1. 生産管理の ツール
「管理」 の目的は、
工場の情報体系 (情報 システム) を整備・運用して、製造を合理的におこなえるようにすることにある。
生産管理では以下のような様々な ツール が用いられているが、本稿では、MRP を概説する。(注 1)
(1) MRP
(2) コンピュータ・ネットワーク
(3) データベース 管理 システム
(4) エキスパート・システム
(5) シミュレーション・ツール
2. 生産原理
生産原理は以下のように変化してきた。
(1) [ 1970年代 ] 大量生産・大量消費 [ プロダクトアウト・マーケットイン ](注 2)
(2) [ 1990年代 ] 多様化・短納期化 [ マーケットアウト・プロダクトイン ]
3. 「生産・在庫」 管理の歴史
(1) MRP の アルゴリズム は 1970 年代に完成している。
「閉鎖 システム (closed loop)」 として生産管理 (MRP) の体系は完成していた。
(2) 1980年代以後、最新の コンピュータ 技術を導入して、生産管理は統合化される傾向が強くなった。
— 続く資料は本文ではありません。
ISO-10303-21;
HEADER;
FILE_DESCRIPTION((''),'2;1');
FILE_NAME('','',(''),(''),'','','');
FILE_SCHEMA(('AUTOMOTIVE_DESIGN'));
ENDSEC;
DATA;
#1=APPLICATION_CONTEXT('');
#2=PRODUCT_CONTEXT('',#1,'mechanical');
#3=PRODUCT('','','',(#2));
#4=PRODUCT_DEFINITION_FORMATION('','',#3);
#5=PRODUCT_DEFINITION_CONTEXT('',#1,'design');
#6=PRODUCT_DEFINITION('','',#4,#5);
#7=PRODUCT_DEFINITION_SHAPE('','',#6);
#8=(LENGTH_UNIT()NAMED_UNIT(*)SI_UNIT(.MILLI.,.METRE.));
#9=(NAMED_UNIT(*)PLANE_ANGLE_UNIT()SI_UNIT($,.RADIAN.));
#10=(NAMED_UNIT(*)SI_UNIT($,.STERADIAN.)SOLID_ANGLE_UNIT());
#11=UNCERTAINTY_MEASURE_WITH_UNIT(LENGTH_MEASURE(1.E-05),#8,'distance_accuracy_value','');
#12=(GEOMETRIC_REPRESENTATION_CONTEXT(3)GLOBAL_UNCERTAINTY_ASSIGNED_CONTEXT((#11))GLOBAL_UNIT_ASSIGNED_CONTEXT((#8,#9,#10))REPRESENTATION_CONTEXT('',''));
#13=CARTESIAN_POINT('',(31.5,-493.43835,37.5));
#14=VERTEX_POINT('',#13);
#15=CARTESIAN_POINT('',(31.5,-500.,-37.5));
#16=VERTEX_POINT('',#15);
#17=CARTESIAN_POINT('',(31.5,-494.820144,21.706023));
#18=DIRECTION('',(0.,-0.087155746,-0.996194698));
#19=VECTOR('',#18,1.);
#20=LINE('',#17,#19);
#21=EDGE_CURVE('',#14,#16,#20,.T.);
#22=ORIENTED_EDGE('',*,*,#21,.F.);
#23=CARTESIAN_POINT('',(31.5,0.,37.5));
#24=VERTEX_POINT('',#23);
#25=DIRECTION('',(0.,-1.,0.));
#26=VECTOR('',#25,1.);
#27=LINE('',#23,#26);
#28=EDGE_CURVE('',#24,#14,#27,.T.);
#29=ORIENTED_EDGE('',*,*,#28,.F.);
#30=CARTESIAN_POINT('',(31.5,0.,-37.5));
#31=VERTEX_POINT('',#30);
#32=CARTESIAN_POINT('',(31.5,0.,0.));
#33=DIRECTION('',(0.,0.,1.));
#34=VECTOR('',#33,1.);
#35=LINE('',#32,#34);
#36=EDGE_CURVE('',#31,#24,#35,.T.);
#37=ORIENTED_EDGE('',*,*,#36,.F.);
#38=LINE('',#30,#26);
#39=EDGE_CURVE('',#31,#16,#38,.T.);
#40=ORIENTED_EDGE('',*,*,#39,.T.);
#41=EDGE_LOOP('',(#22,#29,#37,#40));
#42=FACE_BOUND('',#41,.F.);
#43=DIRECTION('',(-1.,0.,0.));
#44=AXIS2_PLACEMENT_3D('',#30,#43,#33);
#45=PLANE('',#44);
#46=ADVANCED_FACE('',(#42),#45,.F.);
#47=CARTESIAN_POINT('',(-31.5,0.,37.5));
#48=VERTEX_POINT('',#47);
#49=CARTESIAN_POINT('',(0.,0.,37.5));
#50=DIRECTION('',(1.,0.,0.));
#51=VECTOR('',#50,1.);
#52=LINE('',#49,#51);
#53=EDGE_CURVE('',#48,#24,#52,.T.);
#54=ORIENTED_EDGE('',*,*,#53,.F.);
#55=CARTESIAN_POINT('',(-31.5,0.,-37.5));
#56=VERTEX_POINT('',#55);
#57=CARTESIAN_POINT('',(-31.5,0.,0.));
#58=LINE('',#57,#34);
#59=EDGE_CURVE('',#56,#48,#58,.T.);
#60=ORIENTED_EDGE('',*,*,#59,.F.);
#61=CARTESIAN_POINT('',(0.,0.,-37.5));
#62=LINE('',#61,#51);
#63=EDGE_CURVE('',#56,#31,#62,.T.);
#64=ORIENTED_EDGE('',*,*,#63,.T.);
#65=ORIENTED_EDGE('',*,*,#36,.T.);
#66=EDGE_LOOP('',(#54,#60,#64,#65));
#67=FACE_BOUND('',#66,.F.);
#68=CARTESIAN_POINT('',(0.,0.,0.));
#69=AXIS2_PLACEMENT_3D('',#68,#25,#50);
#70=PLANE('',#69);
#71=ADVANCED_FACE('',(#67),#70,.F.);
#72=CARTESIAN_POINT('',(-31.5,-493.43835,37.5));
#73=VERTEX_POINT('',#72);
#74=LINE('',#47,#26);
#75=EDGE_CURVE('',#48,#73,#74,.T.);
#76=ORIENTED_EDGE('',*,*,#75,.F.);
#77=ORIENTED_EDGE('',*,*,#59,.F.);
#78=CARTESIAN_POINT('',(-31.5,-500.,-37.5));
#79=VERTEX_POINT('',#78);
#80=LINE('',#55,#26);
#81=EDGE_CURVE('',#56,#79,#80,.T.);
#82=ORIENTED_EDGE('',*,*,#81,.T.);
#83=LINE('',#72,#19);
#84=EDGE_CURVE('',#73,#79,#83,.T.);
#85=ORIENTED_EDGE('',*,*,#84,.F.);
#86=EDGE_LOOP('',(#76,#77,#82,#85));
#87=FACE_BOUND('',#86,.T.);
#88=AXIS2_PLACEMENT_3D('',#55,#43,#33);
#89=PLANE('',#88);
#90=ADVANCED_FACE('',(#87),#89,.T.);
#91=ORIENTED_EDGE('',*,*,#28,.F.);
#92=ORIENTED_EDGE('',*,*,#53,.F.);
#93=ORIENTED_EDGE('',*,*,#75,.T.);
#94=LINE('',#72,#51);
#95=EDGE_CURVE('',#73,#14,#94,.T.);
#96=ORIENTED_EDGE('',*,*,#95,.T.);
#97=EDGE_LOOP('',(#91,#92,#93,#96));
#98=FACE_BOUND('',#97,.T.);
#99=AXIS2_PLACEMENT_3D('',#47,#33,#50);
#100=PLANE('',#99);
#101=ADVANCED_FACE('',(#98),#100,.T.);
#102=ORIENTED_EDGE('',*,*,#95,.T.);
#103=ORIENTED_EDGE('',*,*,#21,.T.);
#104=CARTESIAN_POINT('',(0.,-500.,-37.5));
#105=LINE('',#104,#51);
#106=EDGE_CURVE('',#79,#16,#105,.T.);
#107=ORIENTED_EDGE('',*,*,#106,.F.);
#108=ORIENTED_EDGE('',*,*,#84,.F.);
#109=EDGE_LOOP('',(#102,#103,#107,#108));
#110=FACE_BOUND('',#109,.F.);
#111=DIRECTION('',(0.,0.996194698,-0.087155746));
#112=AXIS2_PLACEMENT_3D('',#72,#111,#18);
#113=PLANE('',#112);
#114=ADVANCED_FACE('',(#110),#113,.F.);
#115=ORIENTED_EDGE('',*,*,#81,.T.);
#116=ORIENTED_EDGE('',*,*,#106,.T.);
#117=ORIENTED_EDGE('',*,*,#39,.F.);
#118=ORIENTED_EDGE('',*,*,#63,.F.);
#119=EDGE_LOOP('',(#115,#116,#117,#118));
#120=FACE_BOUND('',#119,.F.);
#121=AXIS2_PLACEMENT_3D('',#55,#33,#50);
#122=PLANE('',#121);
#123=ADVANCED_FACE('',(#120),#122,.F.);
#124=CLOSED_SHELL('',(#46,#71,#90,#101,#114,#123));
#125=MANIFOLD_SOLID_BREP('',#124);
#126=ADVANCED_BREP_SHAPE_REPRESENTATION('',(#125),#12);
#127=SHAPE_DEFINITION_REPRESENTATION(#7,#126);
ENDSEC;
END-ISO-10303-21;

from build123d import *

# Parameters (mm, degrees)
F0_W     = 63
F0_H     = 75
F1_DEPTH = 500
F3_DEPTH = 63.001


with BuildPart() as f1:
    # F0 (on Front) → F1 (new body)
    with BuildSketch(Plane.XZ):
        Rectangle(F0_W, F0_H)
    extrude(amount=F1_DEPTH)

    # F2 (on face) → F3 (cut, through all)
    with BuildSketch(Plane(origin=(-31.5, 0, 0), x_dir=(0, -1, 0), z_dir=(-1, 0, 0))):
        Polygon((493.43835, 37.5), (500, -37.5), (500, 37.5), align=None)
    extrude(amount=-F3_DEPTH, mode=Mode.SUBTRACT)


solid = f1.part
- データベース 管理 システム の導入 (1980年代)── RDB が導入された。
- LAN の導入 (1990年代)── CIM が導入された。(注 3)
(3) 1990年代半ば以後、「ネットワーク 組織」 のなかで、多段階在庫が論点になった。(注 4)
SCM を狙って(注 5)、付加価値の付与と多段階在庫の削減が関心事となっている。
(注 1)
MRP は、以下の略語である。
(1) Material Requirements Planning (資材所要量計画)
(2) Manufacturing Resource Planning (製造資源計画)
まぎらわしいので、ふつう、(2) として、MRP U という言いかたが使われる。
MRP と MRP U のちがいは、後日、述べる。
(注 2)
単純に言い切ってしまえば、「プロダクトアウト・マーケットイン」 は、製造志向型の 「製造した物を セールス する」 形態をいい、「マーケットアウト・プロダクトイン」 は、マーケット 志向型の 「消費者が望んでいる物を作る」 形態をいう。
(注 3)
Computer-Integrated Manufacturing.
(注 4)
製造では、製造用の在庫があり、物流 センター や卸店では、流通用の在庫があり、小売店では、販売用の在庫がある。
従来、拠点ごとに、在庫の削減を考えていたが、複数の拠点を対象にして、全体の在庫削減を考えるのが、「多段階在庫」 問題である。
(注 5)
Supply-Chain Management (製・卸・販の一体化). 付加価値を作る 「価値連鎖」 のなかで、生産・流通・販売の効率化を目的としている。